CYTOPLASM AND CELLULAR FUNCTION

细胞质和细胞功能

• 批准号: 8170845
• 负责人: ERNST-LUDWIG FLORIN
• 金额: $ 3.74万
• 依托单位: UNIVERSITY OF COLORADO
• 依托单位国家: 美国
• 财政年份: 2010
• 资助国家: 美国
• 起止时间: 2010-05-01 至 2011-04-30
• 项目状态: 已结题
• 来源: https://reporter.nih.gov/project-details/8170845
• 关键词: Affect; Cell Communication; Cell physiology; Cells; Computer Retrieval of Information on Scientific Projects Database; Cytoplasm; Data; Electron Microscopy; Filament; Fission Yeast; Freezing; Funding; Grant; Immobilization; Institution; Intracellular Transport; Liquid substance; Mediating; Nutrient; Phase Transition; Polymers; Protein Family; Proteins; Research; Research Personnel; Resources; Solid; Source; Starvation; Structure; Time; United States National Institutes of Health; Yeasts; cell motility; interest

This subproject is one of many research subprojects utilizing the resources provided by a Center grant funded by NIH/NCRR. The subproject and investigator (PI) may have received primary funding from another NIH source, and thus could be represented in other CRISP entries. The institution listed is for the Center, which is not necessarily the institution for the investigator. The cytoplasm of a cell mediates important cellular functions such as intracellular transport, cell communication and cell motility. We are interested in how the organization of the cytoplasm affects or controls these functions. Specifically, it has been shown that the cytoplasm of fission yeast cells undergoes a kind of "phase transition" depending on external control parameters. Yeast cells enter a solid-like state when grown in nutrient deficient conditions. We are interested in the mechanism that leads to this "freezing" of cells. The only apparent way that the cell can cause the immobilization of all structure is to form some kind of rigid polymer network. A family of proteins (septins) has been identified as filament forming and is the most likely candidate to cause the transition from the fluid- to the solid-like state. Preliminary data leads to the hypothesis that the septin protein Spn1 forms a rigid network in cells grown in starvation conditions. We will use electron microscopy of such cells to visualize, for the first time, a septin protein network.

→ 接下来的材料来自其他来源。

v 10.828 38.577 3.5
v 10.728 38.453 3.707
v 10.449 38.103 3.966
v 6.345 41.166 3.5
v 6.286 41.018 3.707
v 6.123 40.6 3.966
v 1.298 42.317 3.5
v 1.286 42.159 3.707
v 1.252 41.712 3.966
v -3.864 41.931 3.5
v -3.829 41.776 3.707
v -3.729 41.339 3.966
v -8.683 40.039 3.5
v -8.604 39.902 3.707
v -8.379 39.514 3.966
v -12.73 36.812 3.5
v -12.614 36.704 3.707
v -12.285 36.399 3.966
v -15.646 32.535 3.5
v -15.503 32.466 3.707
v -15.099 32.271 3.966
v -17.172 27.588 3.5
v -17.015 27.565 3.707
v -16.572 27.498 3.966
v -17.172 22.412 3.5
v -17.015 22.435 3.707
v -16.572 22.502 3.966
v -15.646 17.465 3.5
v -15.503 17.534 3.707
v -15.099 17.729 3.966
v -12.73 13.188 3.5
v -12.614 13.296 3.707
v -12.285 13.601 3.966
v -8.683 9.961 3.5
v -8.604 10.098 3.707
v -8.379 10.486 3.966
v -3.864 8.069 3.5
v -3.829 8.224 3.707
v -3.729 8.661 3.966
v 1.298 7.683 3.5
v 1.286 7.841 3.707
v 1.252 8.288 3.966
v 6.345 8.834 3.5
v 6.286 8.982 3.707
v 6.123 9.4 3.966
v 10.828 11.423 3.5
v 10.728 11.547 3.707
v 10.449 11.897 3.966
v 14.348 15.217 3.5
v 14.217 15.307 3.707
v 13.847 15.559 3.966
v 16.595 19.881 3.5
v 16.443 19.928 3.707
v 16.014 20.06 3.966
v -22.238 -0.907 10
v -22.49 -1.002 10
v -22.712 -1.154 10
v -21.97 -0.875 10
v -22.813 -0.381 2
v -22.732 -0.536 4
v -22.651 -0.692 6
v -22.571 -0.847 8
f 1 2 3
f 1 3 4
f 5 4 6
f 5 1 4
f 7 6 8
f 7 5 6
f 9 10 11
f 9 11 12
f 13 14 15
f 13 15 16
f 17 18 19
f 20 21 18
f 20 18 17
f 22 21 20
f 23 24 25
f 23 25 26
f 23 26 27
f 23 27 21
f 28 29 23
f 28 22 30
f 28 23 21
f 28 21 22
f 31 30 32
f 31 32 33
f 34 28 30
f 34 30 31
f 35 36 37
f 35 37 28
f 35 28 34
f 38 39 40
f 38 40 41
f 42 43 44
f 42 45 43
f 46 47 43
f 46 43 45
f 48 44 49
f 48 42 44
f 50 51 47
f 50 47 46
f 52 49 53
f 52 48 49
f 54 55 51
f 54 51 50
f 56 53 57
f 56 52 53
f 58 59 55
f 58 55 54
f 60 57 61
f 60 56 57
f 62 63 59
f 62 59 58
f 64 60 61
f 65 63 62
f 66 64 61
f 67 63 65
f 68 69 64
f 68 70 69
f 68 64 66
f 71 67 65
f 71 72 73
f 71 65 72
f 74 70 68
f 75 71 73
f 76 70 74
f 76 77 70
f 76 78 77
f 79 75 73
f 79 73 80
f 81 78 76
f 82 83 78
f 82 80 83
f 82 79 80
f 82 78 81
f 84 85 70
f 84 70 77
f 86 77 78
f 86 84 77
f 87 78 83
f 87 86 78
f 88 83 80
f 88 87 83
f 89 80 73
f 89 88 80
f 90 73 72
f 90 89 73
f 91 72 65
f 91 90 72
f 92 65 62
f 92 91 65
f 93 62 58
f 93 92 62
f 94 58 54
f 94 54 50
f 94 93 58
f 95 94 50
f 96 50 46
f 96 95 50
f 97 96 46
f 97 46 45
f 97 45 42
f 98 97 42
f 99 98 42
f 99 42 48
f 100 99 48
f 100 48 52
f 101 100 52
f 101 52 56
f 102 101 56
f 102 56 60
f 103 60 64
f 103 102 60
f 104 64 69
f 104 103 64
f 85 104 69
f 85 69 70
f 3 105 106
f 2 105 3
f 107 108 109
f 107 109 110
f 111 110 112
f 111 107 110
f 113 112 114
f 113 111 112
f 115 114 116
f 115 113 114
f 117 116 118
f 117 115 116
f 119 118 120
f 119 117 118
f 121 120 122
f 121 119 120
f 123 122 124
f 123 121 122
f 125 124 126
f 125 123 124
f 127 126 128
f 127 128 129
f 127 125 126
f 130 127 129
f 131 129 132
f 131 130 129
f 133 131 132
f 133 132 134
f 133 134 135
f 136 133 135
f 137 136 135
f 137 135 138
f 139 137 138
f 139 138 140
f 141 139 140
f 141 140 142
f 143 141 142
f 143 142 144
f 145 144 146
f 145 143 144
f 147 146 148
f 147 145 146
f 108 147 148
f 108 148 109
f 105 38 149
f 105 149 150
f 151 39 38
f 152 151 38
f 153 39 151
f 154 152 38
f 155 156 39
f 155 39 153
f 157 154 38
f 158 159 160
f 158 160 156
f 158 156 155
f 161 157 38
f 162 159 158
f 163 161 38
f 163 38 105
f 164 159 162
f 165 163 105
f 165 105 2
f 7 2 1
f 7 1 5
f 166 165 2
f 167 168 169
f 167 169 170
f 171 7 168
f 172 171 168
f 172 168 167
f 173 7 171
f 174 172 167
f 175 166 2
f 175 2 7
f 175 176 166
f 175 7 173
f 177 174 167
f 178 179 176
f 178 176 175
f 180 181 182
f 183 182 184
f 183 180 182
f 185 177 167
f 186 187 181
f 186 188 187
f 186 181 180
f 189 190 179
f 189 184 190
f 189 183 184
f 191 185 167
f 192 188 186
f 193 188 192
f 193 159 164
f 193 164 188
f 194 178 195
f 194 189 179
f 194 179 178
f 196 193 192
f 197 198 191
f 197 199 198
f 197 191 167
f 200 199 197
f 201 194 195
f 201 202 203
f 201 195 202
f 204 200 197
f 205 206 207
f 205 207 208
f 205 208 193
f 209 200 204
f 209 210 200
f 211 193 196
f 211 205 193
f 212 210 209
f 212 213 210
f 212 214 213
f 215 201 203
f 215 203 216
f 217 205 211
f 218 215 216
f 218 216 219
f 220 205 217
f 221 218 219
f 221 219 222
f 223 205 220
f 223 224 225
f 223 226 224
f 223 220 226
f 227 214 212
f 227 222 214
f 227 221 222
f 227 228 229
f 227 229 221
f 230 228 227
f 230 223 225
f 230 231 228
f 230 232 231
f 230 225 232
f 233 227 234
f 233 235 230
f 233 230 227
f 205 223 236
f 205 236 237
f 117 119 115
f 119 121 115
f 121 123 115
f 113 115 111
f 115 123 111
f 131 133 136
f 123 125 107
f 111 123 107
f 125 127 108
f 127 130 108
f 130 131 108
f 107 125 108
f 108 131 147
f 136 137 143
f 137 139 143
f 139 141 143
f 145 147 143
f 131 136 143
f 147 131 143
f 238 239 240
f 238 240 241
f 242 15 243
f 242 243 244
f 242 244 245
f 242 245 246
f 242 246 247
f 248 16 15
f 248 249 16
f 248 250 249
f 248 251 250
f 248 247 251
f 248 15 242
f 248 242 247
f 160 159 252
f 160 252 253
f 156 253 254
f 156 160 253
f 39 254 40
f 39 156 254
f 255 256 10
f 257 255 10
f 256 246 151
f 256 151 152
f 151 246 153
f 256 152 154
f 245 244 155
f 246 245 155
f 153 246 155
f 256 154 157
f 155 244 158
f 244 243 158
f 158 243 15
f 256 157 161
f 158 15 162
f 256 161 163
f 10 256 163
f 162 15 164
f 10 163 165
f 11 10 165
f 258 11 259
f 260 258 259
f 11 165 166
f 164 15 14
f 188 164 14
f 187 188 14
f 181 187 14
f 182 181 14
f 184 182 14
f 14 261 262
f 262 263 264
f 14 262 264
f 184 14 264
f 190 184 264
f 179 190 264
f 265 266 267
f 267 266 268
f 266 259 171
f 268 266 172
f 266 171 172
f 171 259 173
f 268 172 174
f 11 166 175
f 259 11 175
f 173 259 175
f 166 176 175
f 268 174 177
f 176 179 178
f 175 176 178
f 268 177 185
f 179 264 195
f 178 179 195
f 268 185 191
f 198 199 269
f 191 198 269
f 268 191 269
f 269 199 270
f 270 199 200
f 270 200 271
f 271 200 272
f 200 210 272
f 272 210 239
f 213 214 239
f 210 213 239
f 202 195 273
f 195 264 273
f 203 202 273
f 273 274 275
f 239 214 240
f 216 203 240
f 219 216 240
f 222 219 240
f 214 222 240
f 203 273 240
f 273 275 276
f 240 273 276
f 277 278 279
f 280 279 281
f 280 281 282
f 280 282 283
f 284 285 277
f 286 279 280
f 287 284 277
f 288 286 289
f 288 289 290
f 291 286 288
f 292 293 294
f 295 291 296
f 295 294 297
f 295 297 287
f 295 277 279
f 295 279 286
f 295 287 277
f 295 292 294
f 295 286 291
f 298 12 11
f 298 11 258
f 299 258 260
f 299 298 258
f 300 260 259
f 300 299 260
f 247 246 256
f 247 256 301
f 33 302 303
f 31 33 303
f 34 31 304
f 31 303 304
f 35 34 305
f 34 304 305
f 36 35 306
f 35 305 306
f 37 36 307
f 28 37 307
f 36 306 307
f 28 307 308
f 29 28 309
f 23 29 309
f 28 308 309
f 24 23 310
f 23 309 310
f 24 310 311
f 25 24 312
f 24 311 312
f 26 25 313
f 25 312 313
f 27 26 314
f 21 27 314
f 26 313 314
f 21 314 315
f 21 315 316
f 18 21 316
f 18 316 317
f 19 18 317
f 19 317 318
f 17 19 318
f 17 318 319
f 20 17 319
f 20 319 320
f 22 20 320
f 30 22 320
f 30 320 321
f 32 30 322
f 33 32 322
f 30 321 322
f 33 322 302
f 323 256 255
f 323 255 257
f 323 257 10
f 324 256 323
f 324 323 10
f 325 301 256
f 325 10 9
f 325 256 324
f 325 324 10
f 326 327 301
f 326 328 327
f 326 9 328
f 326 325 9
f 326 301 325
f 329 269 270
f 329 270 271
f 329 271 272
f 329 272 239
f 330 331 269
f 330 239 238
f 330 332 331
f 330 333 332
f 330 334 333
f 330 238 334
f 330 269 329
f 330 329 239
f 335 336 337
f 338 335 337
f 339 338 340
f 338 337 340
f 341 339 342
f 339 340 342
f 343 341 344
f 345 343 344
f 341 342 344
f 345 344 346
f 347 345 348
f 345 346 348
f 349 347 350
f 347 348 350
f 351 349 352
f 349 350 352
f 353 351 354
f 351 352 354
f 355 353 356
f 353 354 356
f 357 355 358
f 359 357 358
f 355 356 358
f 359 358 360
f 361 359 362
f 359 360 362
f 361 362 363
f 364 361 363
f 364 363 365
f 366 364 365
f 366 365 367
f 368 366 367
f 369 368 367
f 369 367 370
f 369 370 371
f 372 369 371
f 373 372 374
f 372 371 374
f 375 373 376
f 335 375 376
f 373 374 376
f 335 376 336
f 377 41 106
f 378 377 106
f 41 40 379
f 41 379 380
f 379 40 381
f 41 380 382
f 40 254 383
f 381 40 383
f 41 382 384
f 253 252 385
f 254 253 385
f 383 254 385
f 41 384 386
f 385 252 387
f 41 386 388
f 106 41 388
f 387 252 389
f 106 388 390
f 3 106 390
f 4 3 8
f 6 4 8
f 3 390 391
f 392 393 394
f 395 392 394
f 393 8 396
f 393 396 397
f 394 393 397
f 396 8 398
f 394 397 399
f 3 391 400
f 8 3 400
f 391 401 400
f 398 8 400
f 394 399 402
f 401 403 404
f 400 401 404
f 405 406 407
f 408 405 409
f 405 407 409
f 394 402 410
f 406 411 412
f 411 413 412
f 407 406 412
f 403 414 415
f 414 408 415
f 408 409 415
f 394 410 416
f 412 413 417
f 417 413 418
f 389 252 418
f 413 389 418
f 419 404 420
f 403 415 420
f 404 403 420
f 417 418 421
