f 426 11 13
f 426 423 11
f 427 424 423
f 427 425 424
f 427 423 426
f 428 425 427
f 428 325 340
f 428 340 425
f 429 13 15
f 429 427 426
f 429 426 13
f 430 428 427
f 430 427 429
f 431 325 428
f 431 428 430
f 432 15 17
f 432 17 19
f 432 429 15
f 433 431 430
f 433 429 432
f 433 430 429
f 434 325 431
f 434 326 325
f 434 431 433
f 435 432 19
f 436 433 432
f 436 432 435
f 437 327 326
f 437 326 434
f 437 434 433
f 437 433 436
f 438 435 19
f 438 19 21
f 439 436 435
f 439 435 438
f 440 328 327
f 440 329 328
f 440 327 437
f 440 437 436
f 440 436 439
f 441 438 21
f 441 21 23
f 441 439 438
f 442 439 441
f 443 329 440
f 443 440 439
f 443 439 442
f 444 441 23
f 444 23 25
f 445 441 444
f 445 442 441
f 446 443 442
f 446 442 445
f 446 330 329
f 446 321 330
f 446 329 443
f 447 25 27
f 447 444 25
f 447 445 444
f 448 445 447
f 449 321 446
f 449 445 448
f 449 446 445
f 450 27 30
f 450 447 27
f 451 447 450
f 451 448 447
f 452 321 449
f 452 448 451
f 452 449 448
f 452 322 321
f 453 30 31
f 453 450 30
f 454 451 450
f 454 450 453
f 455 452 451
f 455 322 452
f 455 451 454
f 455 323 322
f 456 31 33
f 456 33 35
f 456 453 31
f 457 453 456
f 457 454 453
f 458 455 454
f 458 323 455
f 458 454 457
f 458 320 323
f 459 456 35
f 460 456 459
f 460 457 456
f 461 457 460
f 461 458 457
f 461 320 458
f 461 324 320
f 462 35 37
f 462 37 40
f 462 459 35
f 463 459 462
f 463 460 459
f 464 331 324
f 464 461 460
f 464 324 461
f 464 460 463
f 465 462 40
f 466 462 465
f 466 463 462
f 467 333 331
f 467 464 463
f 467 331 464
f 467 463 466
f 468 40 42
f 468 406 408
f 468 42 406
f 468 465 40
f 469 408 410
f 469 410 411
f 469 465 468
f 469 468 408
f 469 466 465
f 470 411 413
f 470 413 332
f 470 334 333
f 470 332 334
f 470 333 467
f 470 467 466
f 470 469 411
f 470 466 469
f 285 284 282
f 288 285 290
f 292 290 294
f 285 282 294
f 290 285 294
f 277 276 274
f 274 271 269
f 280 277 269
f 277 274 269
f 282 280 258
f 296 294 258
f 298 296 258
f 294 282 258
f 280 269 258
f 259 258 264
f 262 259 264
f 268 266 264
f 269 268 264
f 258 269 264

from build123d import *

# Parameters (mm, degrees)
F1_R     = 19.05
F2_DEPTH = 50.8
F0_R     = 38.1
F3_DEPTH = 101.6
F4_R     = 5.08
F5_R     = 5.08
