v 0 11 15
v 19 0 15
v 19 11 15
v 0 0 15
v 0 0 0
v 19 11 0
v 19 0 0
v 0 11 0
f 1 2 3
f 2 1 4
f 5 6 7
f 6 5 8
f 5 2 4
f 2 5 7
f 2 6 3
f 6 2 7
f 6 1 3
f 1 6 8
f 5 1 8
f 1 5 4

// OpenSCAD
// Generated by SolidPython 1.0.1 on 2020-07-29 00:46:56


cube(size = [19, 11, 15]);
/***********************************************
*********      SolidPython code:      **********
************************************************
 
# import packages: SolidPython
from solid import *
from solid.utils import *
from itertools import chain, combinations, permutations


class Resize:

    def __init__(self, scad_file):
        self.scad_file = scad_file
        #self.scad_file = import_scad(scad_file)
        # cone/cylinder param:
        self.r1 = 0
        self.r2 = 0
        self.h = 0
        # rectangular prism param:
        self.w = 0
        self.l = 0
        # ellipse param:
        self.r = 0

    # import OpenScad code (file name corresponds to shape)


    # classify shape + parameters
    def assign(self, param1, param2, param3):
        if self.scad_file == 'cone.scad':
            self.r1 = param1
            self.r2 = param2
            self.h = param3
        elif self.scad_file == 'cylinder.scad':
            self.r1 = param1
            self.r2 = param2
            self.h = param3
        elif self.scad_file == 'rectangularPrism.scad':
            self.h = param1
            self.l = param2
            self.w = param3
        else:
            self.r = param1
            self.h = param2

    # resize parameters
    def iterate(self):
        x = range(3, 20, 2)
        i = 1
        if self.scad_file == 'cone.scad':
            tempList = list(permutations(x, 2))
            for temp in tempList:
                param1 = temp[0]
                param2 = temp[1]
                filepath = 'produced_scad_files/' + 'cone' + str(param1) + '_' + str(param2) + '_' + '.scad'
                scad_render_to_file(cylinder(h=param1, r1=param2, r2=0), filepath)

        elif self.scad_file == 'cylinder.scad':
            tempList = list(permutations(x, 3))
            for temp in tempList:
                param1 = temp[0]
                param2 = temp[1]
                filepath = 'produced_scad_files/' + 'cylinder' + str(param1) + '_' + str(param2) + '_' + '.scad'
                scad_render_to_file(cylinder(h=param1, r1=param2, r2=param2), filepath)

        elif self.scad_file == 'rectangularPrism.scad':
            tempList = list(permutations(x, 3))
            for temp in tempList:
                param1 = temp[0]
                param2 = temp[1]
                param3 = temp[2]
                filepath = 'produced_scad_files/' + 'rectangularPrism' + str(param1) + '_' + str(param2) + '_' + str(
                    param3) + '.scad'
                scad_render_to_file(cube(size=(param1, param2, param3)), filepath)

        elif self.scad_file == 'ellipse.scad':
            tempList = list(permutations(x, 4))
            for temp in tempList:
                param1 = temp[0]
                param2 = temp[1]
                param3 = temp[2]
                param4 = temp[3]
                filepath = 'produced_scad_files/' + 'ellipse' + str(param1) + '_' + str(param2) + '_' + str(param3) + '_' + str(param4) + '.scad'
                scad_render_to_file(scale([param1, param2, param3])(sphere(r=param4)), filepath)

    def render_to_scadfile(self):
        scad_render_to_file(scad, 'example.scad') 
 
************************************************/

该副本是利用众多研究子项目之一 由NIH/NCRR资助的中心赠款提供的资源。子弹和 调查员（PI）可能已经从其他NIH来源获得了主要资金， 因此可以在其他清晰的条目中代表。列出的机构是 对于中心，这不一定是调查员的机构。 细胞的细胞质介导了重要的细胞功能，例如细胞内转运，细胞通信和细胞运动。 我们对细胞质的组织如何影响或控制这些功能感兴趣。具体而言，已经表明，根据外部控制参数，裂变酵母细胞的细胞质会经历一种“相变”。 酵母细胞在营养不足的条件下生长时进入固态状态。 我们对导致这种细胞“冷冻”的机制感兴趣。 细胞可能导致所有结构固定的唯一明显方式是形成某种刚性聚合物网络。 蛋白质（Septins）家族已被确定为丝状形成，是最有可能导致从液体转变为固体状态的候选者。 初步数据导致了以下假设：Septin蛋白SPN1在饥饿条件下生长的细胞中形成一个刚性网络。 我们将使用此类细胞的电子显微镜来首次可视化Septin蛋白网络。